# unterschied gps und kartenplotter



## dorschkiller666 (28. Januar 2006)

hallo boardies! 
habe mal ne ganz blöde frage. was ist eigentlich der unterschied zwischen einem GPS und einem KARTENPLOTTER ????
oder ist die frage gar nicht so blöd??


----------



## Torsk (29. Januar 2006)

*AW: unterschied gps und kartenplotter*

Moin dorschkiller!
Grob erklärt,der Plotter stellt deine Position,die er selbstverständlich auch mittels GPS ermittelt sofort auf einem Kartenbild dar, ein Gps-Handgerät der älteren Generation zeigt lediglich deine Position oder führt dich mittels Kursanweisung zu einem vorher definierten Punkt.


----------



## dorschkiller666 (29. Januar 2006)

*AW: unterschied gps und kartenplotter*

hallo torsk!
ich habe das sportrac color von magellan. da wird doch auf dem display auch immer meine ständige position angezeigt. oder habe ich da was falsch verstanden?
gruß dorschkiller


----------



## THD (29. Januar 2006)

*AW: unterschied gps und kartenplotter*

@dorschkiller, wenn unter der Positionsanzeige des magellan ne genaue Karte
(See-,Land- oder Straßenkarte)mit hoher Auflösung liegt (die musst du extra laden oder einschieben), hast du nen Plotter, ich hab das Mag SporTrak MAp, da ist zwar ne sog.
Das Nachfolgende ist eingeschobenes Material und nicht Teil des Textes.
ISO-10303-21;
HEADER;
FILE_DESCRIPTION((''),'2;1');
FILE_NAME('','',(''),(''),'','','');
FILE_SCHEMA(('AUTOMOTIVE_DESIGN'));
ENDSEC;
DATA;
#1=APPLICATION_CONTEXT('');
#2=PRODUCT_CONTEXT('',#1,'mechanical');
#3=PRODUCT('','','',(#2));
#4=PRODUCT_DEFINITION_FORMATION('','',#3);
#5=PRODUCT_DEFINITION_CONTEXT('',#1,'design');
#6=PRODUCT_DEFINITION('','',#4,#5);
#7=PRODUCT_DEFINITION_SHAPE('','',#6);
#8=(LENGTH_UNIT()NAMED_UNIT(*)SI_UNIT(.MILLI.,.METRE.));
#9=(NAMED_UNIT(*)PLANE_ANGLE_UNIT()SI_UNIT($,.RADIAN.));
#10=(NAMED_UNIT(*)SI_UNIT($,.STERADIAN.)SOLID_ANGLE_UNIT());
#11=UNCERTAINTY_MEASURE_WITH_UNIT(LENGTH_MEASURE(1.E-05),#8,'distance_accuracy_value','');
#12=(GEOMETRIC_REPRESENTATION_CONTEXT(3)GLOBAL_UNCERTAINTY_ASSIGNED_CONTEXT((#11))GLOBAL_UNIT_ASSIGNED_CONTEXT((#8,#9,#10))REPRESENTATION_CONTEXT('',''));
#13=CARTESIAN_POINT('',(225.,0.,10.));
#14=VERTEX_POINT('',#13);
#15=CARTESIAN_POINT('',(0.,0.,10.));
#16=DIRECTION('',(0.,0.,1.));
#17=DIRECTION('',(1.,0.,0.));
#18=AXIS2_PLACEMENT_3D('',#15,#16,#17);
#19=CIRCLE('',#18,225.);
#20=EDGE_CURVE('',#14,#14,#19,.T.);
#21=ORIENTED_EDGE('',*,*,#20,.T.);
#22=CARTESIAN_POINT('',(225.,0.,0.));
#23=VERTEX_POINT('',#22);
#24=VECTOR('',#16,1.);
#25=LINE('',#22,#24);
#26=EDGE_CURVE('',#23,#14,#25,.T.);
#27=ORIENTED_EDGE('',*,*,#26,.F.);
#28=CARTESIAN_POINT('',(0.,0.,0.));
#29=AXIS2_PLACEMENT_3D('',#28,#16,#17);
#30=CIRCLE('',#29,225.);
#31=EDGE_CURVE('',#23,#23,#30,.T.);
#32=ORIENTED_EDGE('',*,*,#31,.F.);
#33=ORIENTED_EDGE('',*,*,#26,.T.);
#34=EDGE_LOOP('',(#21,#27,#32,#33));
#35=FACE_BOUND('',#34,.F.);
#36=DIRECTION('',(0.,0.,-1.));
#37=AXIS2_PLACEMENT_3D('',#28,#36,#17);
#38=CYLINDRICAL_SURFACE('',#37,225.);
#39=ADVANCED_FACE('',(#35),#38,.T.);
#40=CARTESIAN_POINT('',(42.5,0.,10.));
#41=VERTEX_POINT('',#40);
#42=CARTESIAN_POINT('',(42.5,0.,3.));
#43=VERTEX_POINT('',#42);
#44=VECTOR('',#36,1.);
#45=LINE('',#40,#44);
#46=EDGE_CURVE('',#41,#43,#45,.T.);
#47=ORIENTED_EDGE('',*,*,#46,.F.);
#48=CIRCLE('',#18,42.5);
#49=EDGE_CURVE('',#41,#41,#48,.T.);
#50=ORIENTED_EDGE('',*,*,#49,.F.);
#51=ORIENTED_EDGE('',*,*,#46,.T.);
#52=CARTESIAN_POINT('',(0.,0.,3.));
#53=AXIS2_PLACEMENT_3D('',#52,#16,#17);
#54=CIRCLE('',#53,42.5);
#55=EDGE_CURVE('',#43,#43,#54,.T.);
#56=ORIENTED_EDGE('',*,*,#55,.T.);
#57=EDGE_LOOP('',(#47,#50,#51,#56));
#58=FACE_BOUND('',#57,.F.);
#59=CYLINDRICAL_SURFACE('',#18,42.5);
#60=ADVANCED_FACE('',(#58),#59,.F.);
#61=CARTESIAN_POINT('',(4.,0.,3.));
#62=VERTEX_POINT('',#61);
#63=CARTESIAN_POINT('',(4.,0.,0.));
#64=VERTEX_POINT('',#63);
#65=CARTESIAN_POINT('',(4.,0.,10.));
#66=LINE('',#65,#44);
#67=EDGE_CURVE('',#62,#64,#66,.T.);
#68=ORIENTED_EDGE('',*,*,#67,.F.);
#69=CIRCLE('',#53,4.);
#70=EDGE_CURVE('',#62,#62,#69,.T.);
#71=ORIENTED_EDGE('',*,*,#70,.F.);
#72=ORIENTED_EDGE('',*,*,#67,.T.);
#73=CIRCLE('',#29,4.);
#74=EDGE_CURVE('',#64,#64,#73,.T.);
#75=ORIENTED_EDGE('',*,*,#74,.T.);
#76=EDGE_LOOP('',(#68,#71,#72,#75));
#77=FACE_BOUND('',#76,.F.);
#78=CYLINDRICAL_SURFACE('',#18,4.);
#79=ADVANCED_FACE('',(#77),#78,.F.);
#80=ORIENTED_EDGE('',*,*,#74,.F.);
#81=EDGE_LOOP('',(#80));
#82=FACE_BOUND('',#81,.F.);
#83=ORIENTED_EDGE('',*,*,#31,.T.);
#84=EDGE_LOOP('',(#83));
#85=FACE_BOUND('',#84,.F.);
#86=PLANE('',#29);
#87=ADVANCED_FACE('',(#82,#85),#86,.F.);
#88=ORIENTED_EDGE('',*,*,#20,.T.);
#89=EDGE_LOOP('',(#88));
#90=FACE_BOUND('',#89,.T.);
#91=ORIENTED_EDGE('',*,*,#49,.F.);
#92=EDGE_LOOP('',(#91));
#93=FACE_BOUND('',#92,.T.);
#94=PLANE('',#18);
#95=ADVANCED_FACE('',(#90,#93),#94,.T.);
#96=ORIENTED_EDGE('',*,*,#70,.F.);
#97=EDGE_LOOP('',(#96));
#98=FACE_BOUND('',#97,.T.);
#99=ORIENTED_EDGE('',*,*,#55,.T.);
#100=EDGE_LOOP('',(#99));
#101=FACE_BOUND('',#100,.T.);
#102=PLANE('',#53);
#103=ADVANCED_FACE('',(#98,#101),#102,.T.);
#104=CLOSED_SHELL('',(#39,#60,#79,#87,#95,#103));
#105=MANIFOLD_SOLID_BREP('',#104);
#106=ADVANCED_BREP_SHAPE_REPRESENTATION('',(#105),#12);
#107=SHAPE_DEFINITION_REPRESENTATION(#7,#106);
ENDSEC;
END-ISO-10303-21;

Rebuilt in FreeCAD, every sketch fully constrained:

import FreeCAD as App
import Part
import Sketcher
from FreeCAD import Vector
Q = App.Units.Quantity

doc = App.newDocument("Part")
body = doc.addObject("PartDesign::Body", "Body")

# Sketch on XY plane
sketch1 = body.newObject("Sketcher::SketchObject", "Sketch")
sketch1.AttachmentSupport = (doc.getObject("XY_Plane"), [""])
sketch1.MapMode = "FlatFace"
sketch1.addGeometry(Part.Circle(Vector(0, 0, 0), Vector(0, 0, 1), 225), False)
sketch1.addConstraint([
    Sketcher.Constraint("Coincident", 0, 3, -1, 1),
    Sketcher.Constraint("Diameter", 0, Q("450 mm")),
])
pad1 = body.newObject("PartDesign::Pad", "Pad")
pad1.Profile = sketch1
pad1.Length = 10

# Sketch on XY plane
sketch2 = body.newObject("Sketcher::SketchObject", "Sketch001")
sketch2.AttachmentSupport = (doc.getObject("XY_Plane"), [""])
sketch2.MapMode = "FlatFace"
sketch2.AttachmentOffset = App.Placement(Vector(0, 0, 10), App.Rotation())
sketch2.addGeometry(Part.Circle(Vector(0, 0, 0), Vector(0, 0, 1), 4), False)
sketch2.addConstraint([
    Sketcher.Constraint("Coincident", 0, 3, -1, 1),
    Sketcher.Constraint("Diameter", 0, Q("8 mm")),
])
pocket1 = body.newObject("PartDesign::Pocket", "Pocket")
pocket1.Profile = sketch2
pocket1.Type = "UpToFirst"

# Sketch on XY plane
sketch3 = body.newObject("Sketcher::SketchObject", "Sketch002")
sketch3.AttachmentSupport = (doc.getObject("XY_Plane"), [""])
sketch3.MapMode = "FlatFace"
sketch3.AttachmentOffset = App.Placement(Vector(0, 0, 10), App.Rotation())
sketch3.addGeometry([
    Part.Circle(Vector(0, 0, 0), Vector(0, 0, 1), 42.5),
    Part.Circle(Vector(0, 0, 0), Vector(0, 0, 1), 4),
], False)
sketch3.addConstraint([
    Sketcher.Constraint("Coincident", 0, 3, -1, 1),
    Sketcher.Constraint("Coincident", 1, 3, -1, 1),
    Sketcher.Constraint("Diameter", 0, Q("85 mm")),
    Sketcher.Constraint("Diameter", 1, Q("8 mm")),
])
pocket2 = body.newObject("PartDesign::Pocket", "Pocket001")
pocket2.Profile = sketch3
pocket2.Length = 7

doc.recompute()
Basemap drin, da ist zwar grob ne Küstenlinie und Autobahnen eingezeichnet, aber z. Bsp. keine Tiefenlinien oder Seezeichen, ich verstehe mein Gerät als GPS Gerät.
Hab auch ein Seacharter 320 DF mit Navionics Gold Karte (Bereich ca. 150 x 100 km Darstellung), dort kann ich  mich z. Bsp. an einzelne gr. Felsen unterwasser heranzoomen = Kartenplotter.


----------



## dorschkiller666 (29. Januar 2006)

*AW: unterschied gps und kartenplotter*

hallo thd!
zusätzlich zu meinem sportrac habe ich die blue-nav software. also habe ich einen plotter! oder??


----------



## Torsk (29. Januar 2006)

*AW: unterschied gps und kartenplotter*

Gückwunsch, ja,man könnte es so nennen, deine Position wird ja auffem genauen Kartenbild dargestellt.


----------



## THD (29. Januar 2006)

*AW: unterschied gps und kartenplotter*

Seh ich auch so.


----------